==== Given data

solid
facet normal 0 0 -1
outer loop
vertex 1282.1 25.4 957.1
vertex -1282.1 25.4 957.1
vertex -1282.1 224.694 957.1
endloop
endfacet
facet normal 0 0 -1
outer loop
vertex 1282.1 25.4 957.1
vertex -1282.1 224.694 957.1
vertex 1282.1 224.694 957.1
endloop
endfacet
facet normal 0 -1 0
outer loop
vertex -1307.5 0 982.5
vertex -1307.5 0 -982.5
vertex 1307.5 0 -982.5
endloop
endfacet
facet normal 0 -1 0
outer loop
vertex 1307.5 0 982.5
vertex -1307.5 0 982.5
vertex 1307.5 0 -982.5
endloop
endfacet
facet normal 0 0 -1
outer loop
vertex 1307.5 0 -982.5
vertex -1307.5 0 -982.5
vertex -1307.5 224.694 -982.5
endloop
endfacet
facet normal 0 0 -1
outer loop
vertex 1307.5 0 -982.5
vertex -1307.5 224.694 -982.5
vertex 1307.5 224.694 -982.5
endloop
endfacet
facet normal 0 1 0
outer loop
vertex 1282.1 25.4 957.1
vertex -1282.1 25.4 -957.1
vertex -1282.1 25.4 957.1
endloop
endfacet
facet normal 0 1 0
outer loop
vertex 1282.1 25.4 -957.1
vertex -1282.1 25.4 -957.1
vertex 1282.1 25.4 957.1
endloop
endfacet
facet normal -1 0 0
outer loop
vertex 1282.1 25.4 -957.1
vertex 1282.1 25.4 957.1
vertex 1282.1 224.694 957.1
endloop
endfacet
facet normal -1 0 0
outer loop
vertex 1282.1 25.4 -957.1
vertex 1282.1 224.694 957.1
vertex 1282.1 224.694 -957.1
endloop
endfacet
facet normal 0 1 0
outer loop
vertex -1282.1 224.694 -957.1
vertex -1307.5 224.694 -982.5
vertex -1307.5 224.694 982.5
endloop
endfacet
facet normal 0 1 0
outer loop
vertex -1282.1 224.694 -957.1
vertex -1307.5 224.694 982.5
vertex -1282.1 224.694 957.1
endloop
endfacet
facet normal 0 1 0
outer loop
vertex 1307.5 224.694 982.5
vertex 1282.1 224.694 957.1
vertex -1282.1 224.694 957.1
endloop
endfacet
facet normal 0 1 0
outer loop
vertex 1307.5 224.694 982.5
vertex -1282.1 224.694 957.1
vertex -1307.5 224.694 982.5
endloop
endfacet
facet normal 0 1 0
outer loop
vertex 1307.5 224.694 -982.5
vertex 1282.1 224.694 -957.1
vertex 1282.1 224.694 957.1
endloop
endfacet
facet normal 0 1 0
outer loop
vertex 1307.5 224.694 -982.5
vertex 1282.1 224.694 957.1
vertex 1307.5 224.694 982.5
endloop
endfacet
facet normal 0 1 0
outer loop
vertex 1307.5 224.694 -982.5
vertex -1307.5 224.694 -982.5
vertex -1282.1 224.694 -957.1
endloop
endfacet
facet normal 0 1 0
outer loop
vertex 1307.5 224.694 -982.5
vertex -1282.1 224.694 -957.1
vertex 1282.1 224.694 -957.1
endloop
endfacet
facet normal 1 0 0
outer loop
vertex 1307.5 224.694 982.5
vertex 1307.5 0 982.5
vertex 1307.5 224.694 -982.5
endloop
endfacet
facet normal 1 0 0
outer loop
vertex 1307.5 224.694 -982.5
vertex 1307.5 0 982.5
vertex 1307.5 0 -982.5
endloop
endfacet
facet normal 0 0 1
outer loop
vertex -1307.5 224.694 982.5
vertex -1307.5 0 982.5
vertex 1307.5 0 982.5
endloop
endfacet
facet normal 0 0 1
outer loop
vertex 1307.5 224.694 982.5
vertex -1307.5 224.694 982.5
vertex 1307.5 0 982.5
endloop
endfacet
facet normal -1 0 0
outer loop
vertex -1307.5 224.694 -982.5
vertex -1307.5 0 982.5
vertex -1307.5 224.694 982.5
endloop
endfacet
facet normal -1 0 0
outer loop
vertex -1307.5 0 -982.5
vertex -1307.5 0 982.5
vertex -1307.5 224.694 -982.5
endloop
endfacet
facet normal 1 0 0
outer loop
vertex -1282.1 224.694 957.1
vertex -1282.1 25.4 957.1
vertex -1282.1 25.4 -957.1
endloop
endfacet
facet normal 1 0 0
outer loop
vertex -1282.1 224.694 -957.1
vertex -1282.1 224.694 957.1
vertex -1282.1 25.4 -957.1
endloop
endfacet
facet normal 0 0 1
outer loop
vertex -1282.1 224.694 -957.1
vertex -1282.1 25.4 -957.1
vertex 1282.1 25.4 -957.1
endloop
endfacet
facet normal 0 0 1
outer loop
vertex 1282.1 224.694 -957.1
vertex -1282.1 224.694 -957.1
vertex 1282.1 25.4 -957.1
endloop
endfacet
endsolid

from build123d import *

# Parameters (mm, degrees)
SKETCH1_W           = 2615
SKETCH1_H           = 1965
BOSS_EXTRUDE1_DEPTH = 260
SHELL1_T            = 25.4
SKETCH2_W           = 2615
SKETCH2_H           = 1965
CUT_EXTRUDE1_DEPTH  = 35.306


with BuildPart() as part:
    # Sketch1 → Boss-Extrude1 (new body)
    with BuildSketch(Plane(origin=(0, 0, 0), x_dir=(1, 0, 0), z_dir=(0, 1, 0))):
        Rectangle(SKETCH1_W, SKETCH1_H)
    extrude(amount=BOSS_EXTRUDE1_DEPTH)

    # Shell1 (no face opened: a closed hollow body)
    add(offset(amount=-SHELL1_T, mode=Mode.PRIVATE), mode=Mode.SUBTRACT)

    # Sketch2 → Cut-Extrude1 (cut)
    with BuildSketch(Plane(origin=(0, 260, 0), x_dir=(1, 0, 0), z_dir=(0, 1, 0))):
        Rectangle(SKETCH2_W, SKETCH2_H)
    extrude(amount=-CUT_EXTRUDE1_DEPTH, mode=Mode.SUBTRACT)


solid = part.part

========

→ Work instruction: A word-for-word transcription of all the data is needed.

→ Response area:
solid
facet normal 0 0 -1
outer loop
vertex 1282.1 25.4 957.1
vertex -1282.1 25.4 957.1
vertex -1282.1 224.694 957.1
endloop
endfacet
facet normal 0 0 -1
outer loop
vertex 1282.1 25.4 957.1
vertex -1282.1 224.694 957.1
vertex 1282.1 224.694 957.1
endloop
endfacet
facet normal 0 -1 0
outer loop
vertex -1307.5 0 982.5
vertex -1307.5 0 -982.5
vertex 1307.5 0 -982.5
endloop
endfacet
facet normal 0 -1 0
outer loop
vertex 1307.5 0 982.5
vertex -1307.5 0 982.5
vertex 1307.5 0 -982.5
endloop
endfacet
facet normal 0 0 -1
outer loop
vertex 1307.5 0 -982.5
vertex -1307.5 0 -982.5
vertex -1307.5 224.694 -982.5
endloop
endfacet
facet normal 0 0 -1
outer loop
vertex 1307.5 0 -982.5
vertex -1307.5 224.694 -982.5
vertex 1307.5 224.694 -982.5
endloop
endfacet
facet normal 0 1 0
outer loop
vertex 1282.1 25.4 957.1
vertex -1282.1 25.4 -957.1
vertex -1282.1 25.4 957.1
endloop
endfacet
facet normal 0 1 0
outer loop
vertex 1282.1 25.4 -957.1
vertex -1282.1 25.4 -957.1
vertex 1282.1 25.4 957.1
endloop
endfacet
facet normal -1 0 0
outer loop
vertex 1282.1 25.4 -957.1
vertex 1282.1 25.4 957.1
vertex 1282.1 224.694 957.1
endloop
endfacet
facet normal -1 0 0
outer loop
vertex 1282.1 25.4 -957.1
vertex 1282.1 224.694 957.1
vertex 1282.1 224.694 -957.1
endloop
endfacet
facet normal 0 1 0
outer loop
vertex -1282.1 224.694 -957.1
vertex -1307.5 224.694 -982.5
vertex -1307.5 224.694 982.5
endloop
endfacet
facet normal 0 1 0
outer loop
vertex -1282.1 224.694 -957.1
vertex -1307.5 224.694 982.5
vertex -1282.1 224.694 957.1
endloop
endfacet
facet normal 0 1 0
outer loop
vertex 1307.5 224.694 982.5
vertex 1282.1 224.694 957.1
vertex -1282.1 224.694 957.1
endloop
endfacet
facet normal 0 1 0
outer loop
vertex 1307.5 224.694 982.5
vertex -1282.1 224.694 957.1
vertex -1307.5 224.694 982.5
endloop
endfacet
facet normal 0 1 0
outer loop
vertex 1307.5 224.694 -982.5
vertex 1282.1 224.694 -957.1
vertex 1282.1 224.694 957.1
endloop
endfacet
facet normal 0 1 0
outer loop
vertex 1307.5 224.694 -982.5
vertex 1282.1 224.694 957.1
vertex 1307.5 224.694 982.5
endloop
endfacet
facet normal 0 1 0
outer loop
vertex 1307.5 224.694 -982.5
vertex -1307.5 224.694 -982.5
vertex -1282.1 224.694 -957.1
endloop
endfacet
facet normal 0 1 0
outer loop
vertex 1307.5 224.694 -982.5
vertex -1282.1 224.694 -957.1
vertex 1282.1 224.694 -957.1
endloop
endfacet
facet normal 1 0 0
outer loop
vertex 1307.5 224.694 982.5
vertex 1307.5 0 982.5
vertex 1307.5 224.694 -982.5
endloop
endfacet
facet normal 1 0 0
outer loop
vertex 1307.5 224.694 -982.5
vertex 1307.5 0 982.5
vertex 1307.5 0 -982.5
endloop
endfacet
facet normal 0 0 1
outer loop
vertex -1307.5 224.694 982.5
vertex -1307.5 0 982.5
vertex 1307.5 0 982.5
endloop
endfacet
facet normal 0 0 1
outer loop
vertex 1307.5 224.694 982.5
vertex -1307.5 224.694 982.5
vertex 1307.5 0 982.5
endloop
endfacet
facet normal -1 0 0
outer loop
vertex -1307.5 224.694 -982.5
vertex -1307.5 0 982.5
vertex -1307.5 224.694 982.5
endloop
endfacet
facet normal -1 0 0
outer loop
vertex -1307.5 0 -982.5
vertex -1307.5 0 982.5
vertex -1307.5 224.694 -982.5
endloop
endfacet
facet normal 1 0 0
outer loop
vertex -1282.1 224.694 957.1
vertex -1282.1 25.4 957.1
vertex -1282.1 25.4 -957.1
endloop
endfacet
facet normal 1 0 0
outer loop
vertex -1282.1 224.694 -957.1
vertex -1282.1 224.694 957.1
vertex -1282.1 25.4 -957.1
endloop
endfacet
facet normal 0 0 1
outer loop
vertex -1282.1 224.694 -957.1
vertex -1282.1 25.4 -957.1
vertex 1282.1 25.4 -957.1
endloop
endfacet
facet normal 0 0 1
outer loop
vertex 1282.1 224.694 -957.1
vertex -1282.1 224.694 -957.1
vertex 1282.1 25.4 -957.1
endloop
endfacet
endsolid

from build123d import *

# Parameters (mm, degrees)
SKETCH1_W           = 2615
SKETCH1_H           = 1965
BOSS_EXTRUDE1_DEPTH = 260
SHELL1_T            = 25.4
SKETCH2_W           = 2615
SKETCH2_H           = 1965
CUT_EXTRUDE1_DEPTH  = 35.306


with BuildPart() as part:
    # Sketch1 → Boss-Extrude1 (new body)
    with BuildSketch(Plane(origin=(0, 0, 0), x_dir=(1, 0, 0), z_dir=(0, 1, 0))):
        Rectangle(SKETCH1_W, SKETCH1_H)
    extrude(amount=BOSS_EXTRUDE1_DEPTH)

    # Shell1 (no face opened: a closed hollow body)
    add(offset(amount=-SHELL1_T, mode=Mode.PRIVATE), mode=Mode.SUBTRACT)

    # Sketch2 → Cut-Extrude1 (cut)
    with BuildSketch(Plane(origin=(0, 260, 0), x_dir=(1, 0, 0), z_dir=(0, 1, 0))):
        Rectangle(SKETCH2_W, SKETCH2_H)
    extrude(amount=-CUT_EXTRUDE1_DEPTH, mode=Mode.SUBTRACT)


solid = part.part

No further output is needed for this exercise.